Application of an RNA-seq-based method for the global analysis of self-cleaving ribozyme activity in Schistosoma mansoni

Abstract text

Ribozymes are RNAs that catalyze chemical reactions. Some ribozymes, so-called self-cleaving ribozymes, cut their own sugar phosphate backbone at a specific position to enable their biological functions. In the bloodfluke Schistosoma mansoni thousands of self-cleaving ribozymes are predicted. As their analysis by classic biochemical approaches is tedious, we know little about their activity in vivo.

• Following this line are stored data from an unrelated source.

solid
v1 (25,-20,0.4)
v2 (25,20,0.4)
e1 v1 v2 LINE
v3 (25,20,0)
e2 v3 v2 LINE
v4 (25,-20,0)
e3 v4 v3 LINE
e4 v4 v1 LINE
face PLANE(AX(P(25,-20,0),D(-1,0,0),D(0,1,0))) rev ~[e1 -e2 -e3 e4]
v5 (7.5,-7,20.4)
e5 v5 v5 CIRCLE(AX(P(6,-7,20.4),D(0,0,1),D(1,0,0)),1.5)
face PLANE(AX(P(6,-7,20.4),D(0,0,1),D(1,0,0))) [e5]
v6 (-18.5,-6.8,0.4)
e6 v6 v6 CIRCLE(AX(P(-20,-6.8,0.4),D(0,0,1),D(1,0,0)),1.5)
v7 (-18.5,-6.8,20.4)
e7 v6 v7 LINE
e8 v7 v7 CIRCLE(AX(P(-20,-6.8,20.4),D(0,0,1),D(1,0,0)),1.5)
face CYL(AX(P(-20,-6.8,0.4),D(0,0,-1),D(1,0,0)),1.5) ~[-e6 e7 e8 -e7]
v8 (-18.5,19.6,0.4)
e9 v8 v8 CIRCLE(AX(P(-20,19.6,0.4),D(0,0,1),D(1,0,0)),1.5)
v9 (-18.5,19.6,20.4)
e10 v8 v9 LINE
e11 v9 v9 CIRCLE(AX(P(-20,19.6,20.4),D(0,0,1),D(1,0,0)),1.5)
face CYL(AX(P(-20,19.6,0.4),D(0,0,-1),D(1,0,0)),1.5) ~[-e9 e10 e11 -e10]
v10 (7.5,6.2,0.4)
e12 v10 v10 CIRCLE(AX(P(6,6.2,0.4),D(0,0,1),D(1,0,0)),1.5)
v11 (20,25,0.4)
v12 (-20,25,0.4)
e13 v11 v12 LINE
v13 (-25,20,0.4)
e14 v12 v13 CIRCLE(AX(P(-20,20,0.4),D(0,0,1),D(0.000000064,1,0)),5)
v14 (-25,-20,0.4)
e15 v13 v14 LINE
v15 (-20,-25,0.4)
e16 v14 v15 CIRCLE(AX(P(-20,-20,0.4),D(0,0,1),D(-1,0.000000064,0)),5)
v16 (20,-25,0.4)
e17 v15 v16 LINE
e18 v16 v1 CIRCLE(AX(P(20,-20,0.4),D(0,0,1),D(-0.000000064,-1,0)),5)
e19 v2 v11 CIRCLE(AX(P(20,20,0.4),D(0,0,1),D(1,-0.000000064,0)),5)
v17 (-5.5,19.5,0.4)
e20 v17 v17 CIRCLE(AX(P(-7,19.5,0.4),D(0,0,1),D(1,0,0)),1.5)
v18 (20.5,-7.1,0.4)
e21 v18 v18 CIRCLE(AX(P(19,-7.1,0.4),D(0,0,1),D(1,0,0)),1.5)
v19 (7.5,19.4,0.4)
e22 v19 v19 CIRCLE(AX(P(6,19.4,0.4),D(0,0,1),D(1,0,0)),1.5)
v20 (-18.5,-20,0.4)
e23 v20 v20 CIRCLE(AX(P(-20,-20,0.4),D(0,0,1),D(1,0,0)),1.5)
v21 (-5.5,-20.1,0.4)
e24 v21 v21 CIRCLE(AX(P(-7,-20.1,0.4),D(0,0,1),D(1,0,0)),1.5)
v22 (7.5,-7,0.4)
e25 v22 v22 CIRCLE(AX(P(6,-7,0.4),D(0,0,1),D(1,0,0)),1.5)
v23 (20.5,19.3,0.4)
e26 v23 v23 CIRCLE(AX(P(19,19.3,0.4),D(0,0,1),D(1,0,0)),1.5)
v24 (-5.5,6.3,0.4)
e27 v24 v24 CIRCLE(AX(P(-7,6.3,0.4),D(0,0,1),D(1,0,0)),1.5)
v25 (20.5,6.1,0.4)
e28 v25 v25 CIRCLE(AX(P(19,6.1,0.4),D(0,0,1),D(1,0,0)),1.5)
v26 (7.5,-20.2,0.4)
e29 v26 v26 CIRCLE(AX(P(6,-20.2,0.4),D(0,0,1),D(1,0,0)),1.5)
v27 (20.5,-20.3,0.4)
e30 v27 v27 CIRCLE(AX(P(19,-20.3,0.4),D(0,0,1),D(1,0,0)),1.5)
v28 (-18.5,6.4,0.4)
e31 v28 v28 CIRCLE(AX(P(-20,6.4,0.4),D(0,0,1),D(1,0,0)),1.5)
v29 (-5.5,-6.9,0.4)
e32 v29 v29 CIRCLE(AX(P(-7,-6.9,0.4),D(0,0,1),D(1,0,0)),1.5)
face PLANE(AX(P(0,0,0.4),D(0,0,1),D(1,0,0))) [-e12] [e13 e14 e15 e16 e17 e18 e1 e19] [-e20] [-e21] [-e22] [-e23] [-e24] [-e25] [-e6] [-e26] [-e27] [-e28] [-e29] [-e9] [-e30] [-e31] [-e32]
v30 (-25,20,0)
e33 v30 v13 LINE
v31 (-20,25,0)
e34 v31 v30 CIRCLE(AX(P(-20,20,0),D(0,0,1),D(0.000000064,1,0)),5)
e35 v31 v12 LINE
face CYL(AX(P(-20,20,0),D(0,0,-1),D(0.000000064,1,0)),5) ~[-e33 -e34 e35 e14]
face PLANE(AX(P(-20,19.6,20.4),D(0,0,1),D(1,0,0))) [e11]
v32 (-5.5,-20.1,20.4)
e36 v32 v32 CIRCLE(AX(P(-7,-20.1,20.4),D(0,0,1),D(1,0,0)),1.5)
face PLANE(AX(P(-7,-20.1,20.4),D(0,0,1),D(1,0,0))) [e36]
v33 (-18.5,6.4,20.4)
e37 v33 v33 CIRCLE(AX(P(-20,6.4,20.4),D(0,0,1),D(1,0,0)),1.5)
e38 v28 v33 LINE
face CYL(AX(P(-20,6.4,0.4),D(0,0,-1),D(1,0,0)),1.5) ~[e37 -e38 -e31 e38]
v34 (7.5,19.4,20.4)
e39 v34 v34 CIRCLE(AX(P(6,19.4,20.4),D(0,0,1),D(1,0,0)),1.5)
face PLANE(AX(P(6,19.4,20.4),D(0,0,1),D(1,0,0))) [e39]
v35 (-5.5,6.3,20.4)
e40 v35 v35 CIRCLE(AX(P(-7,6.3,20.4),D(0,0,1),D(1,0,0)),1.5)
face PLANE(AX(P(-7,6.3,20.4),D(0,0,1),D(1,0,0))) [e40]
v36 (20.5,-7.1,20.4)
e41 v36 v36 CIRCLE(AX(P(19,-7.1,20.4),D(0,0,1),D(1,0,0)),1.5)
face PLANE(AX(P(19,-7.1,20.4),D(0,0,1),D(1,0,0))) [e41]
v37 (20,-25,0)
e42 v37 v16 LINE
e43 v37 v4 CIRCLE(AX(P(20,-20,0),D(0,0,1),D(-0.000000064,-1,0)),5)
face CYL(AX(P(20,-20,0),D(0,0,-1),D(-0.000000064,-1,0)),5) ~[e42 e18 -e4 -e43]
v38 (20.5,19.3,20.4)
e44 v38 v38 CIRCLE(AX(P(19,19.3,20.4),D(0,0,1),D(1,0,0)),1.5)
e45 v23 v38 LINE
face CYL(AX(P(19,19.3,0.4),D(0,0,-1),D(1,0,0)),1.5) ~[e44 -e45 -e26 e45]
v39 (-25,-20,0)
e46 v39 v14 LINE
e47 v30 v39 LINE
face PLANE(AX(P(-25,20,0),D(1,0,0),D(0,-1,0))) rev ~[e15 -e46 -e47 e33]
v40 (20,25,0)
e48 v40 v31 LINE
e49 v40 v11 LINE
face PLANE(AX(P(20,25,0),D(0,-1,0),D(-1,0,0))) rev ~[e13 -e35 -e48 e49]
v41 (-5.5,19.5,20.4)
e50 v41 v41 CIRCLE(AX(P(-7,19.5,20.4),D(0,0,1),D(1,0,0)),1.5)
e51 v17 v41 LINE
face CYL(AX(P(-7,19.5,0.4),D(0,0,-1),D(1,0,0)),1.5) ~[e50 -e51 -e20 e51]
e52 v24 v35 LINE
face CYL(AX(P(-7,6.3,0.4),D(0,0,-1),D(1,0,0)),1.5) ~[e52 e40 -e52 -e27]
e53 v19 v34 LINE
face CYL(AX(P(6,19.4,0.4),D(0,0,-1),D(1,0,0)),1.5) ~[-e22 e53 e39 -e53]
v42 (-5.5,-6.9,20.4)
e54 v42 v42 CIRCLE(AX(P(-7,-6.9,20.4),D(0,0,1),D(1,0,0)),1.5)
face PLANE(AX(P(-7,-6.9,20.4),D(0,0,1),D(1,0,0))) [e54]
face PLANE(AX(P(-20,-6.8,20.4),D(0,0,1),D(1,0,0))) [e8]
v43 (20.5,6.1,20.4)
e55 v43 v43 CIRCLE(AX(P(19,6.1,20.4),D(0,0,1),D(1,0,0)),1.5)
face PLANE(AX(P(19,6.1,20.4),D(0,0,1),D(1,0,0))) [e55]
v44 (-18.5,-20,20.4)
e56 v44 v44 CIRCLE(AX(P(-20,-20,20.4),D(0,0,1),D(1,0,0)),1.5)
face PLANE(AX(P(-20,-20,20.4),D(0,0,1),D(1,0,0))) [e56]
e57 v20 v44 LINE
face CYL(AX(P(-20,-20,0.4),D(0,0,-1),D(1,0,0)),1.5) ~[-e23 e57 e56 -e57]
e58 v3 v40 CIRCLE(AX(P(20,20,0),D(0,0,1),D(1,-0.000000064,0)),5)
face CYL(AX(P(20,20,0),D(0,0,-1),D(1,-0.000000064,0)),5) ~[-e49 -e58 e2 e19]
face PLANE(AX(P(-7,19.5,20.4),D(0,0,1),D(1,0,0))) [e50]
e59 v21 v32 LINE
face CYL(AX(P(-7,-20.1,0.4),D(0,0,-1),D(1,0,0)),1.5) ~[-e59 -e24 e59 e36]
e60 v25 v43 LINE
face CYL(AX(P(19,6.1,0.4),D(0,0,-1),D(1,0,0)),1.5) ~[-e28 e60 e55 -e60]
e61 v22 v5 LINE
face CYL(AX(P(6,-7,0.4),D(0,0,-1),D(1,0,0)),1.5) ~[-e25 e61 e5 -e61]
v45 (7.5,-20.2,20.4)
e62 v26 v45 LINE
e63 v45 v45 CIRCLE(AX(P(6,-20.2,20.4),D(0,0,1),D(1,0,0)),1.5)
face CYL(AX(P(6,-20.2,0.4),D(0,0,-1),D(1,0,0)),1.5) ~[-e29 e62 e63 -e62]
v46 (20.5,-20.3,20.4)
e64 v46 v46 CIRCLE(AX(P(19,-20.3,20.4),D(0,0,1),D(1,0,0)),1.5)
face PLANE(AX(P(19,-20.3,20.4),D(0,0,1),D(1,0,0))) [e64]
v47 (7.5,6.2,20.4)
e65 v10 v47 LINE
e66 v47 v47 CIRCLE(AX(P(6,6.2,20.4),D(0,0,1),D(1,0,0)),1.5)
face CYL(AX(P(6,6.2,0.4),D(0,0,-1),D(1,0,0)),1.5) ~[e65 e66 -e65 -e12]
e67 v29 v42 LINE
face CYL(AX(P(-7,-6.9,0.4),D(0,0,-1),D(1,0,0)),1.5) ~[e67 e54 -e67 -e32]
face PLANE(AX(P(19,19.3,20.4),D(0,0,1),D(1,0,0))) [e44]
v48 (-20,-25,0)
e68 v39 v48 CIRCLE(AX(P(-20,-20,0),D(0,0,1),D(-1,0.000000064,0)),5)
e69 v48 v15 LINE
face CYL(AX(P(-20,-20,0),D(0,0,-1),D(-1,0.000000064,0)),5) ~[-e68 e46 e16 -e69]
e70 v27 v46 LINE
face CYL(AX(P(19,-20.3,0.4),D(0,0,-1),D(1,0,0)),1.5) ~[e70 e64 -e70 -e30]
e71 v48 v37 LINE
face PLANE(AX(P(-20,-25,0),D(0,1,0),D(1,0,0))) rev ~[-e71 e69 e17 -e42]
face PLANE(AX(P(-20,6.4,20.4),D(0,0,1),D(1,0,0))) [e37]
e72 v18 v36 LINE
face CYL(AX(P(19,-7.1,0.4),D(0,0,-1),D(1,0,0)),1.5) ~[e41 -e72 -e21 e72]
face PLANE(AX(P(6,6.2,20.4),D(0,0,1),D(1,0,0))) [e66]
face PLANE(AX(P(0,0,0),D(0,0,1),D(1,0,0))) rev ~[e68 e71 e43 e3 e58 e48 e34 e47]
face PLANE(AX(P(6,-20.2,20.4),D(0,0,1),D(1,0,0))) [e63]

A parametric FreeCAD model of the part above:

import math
import FreeCAD as App
import Part
import Sketcher

V = App.Vector
Q = App.Units.Quantity

doc = App.newDocument("Part")
params = doc.addObject("Spreadsheet::Sheet", "Params")
for row, (alias, value) in enumerate([
    ("sketch1_radius", "5 mm"),
    ("sketch1_width", "40 mm"),
    ("pad1_length", "0.4 mm"),
    ("sketch2_diameter", "3 mm"),
    ("pad2_length", "20 mm"),
], start=1):
    params.set(f"A{row}", alias)
    params.set(f"B{row}", "=" + value)
    params.setAlias(f"B{row}", alias)

body = doc.addObject("PartDesign::Body", "Body")

sketch1 = doc.addObject("Sketcher::SketchObject", "Sketch")
body.addObject(sketch1)
sketch1.AttachmentSupport = (doc.XY_Plane, [""])
sketch1.MapMode = "FlatFace"
sketch1.addGeometry([
    Part.ArcOfCircle(Part.Circle(V(-20, -20, 0), V(0, 0, 1), 5), math.radians(180), math.radians(270)),
    Part.LineSegment(V(-20, -25, 0), V(20, -25, 0)),
    Part.ArcOfCircle(Part.Circle(V(20, -20, 0), V(0, 0, 1), 5), math.radians(-90), math.radians(0)),
    Part.LineSegment(V(25, -20, 0), V(25, 20, 0)),
    Part.ArcOfCircle(Part.Circle(V(20, 20, 0), V(0, 0, 1), 5), math.radians(0), math.radians(90)),
    Part.LineSegment(V(20, 25, 0), V(-20, 25, 0)),
    Part.ArcOfCircle(Part.Circle(V(-20, 20, 0), V(0, 0, 1), 5), math.radians(90), math.radians(180)),
    Part.LineSegment(V(-25, 20, 0), V(-25, -20, 0)),
], False)
sketch1.addConstraint([
    Sketcher.Constraint("Tangent", 0, 2, 1, 1),
    Sketcher.Constraint("Tangent", 1, 2, 2, 1),
    Sketcher.Constraint("Tangent", 2, 2, 3, 1),
    Sketcher.Constraint("Tangent", 3, 2, 4, 1),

We developed and validated a transcriptome-wide method, called cyPhyRNA-seq, to screen for active self-cleaving ribozymes in total RNA extracts. With this strategy, we successfully analyzed self-cleavage activity of more than 100 self-cleaving ribozymes from paired and unpaired schistosomes in a proof-of-principle study. We uncovered several intriguing ribozyme representatives: We found active ribozyme examples as part of mobile genetic elements such as Perere-3, W-elements and SINE retrotransposons. Furthermore, we found ribozyme sequences with mutations expected to inactivate them but that nonetheless function in vivo. For a representative of such ribozymes, we show in vitro evidence for a possible trans-cleavage mechanism, whereas all known natural self-cleaving ribozymes cleave in cis. Additionally, we identified differences in ribozyme activity between paired and unpaired schistosomes, suggesting a pairing-dependent expression and cleavage for some of the self-cleaving RNAs in Schistosoma. Lastly, we investigated a subset of the representatives in vitro using co-transcriptional cleavage assays and reverse transcription PCR to validate their cyPhyRNA-seq activity profile.

Thus, cyPhyRNA-seq is crucial for the monitoring of ribozyme activity in organisms that harbor self-cleaving RNAs and it facilitates the investigation of self-cleavage activity under different conditions, such as stress or developmental stage. Differences in ribozyme activity between investigated conditions could point to novel biological roles of these RNAs and might even suggest that self-cleaving ribozyme activity is regulated. Lastly, the application of cyPhyRNA-seq to a ribozyme-rich organism such as Schistosoma may enable the discovery of novel self-cleaving ribozymes. These research endeavors contribute to our current understanding of the versatility of RNA and its biological significance and enable a global, functional screening approach.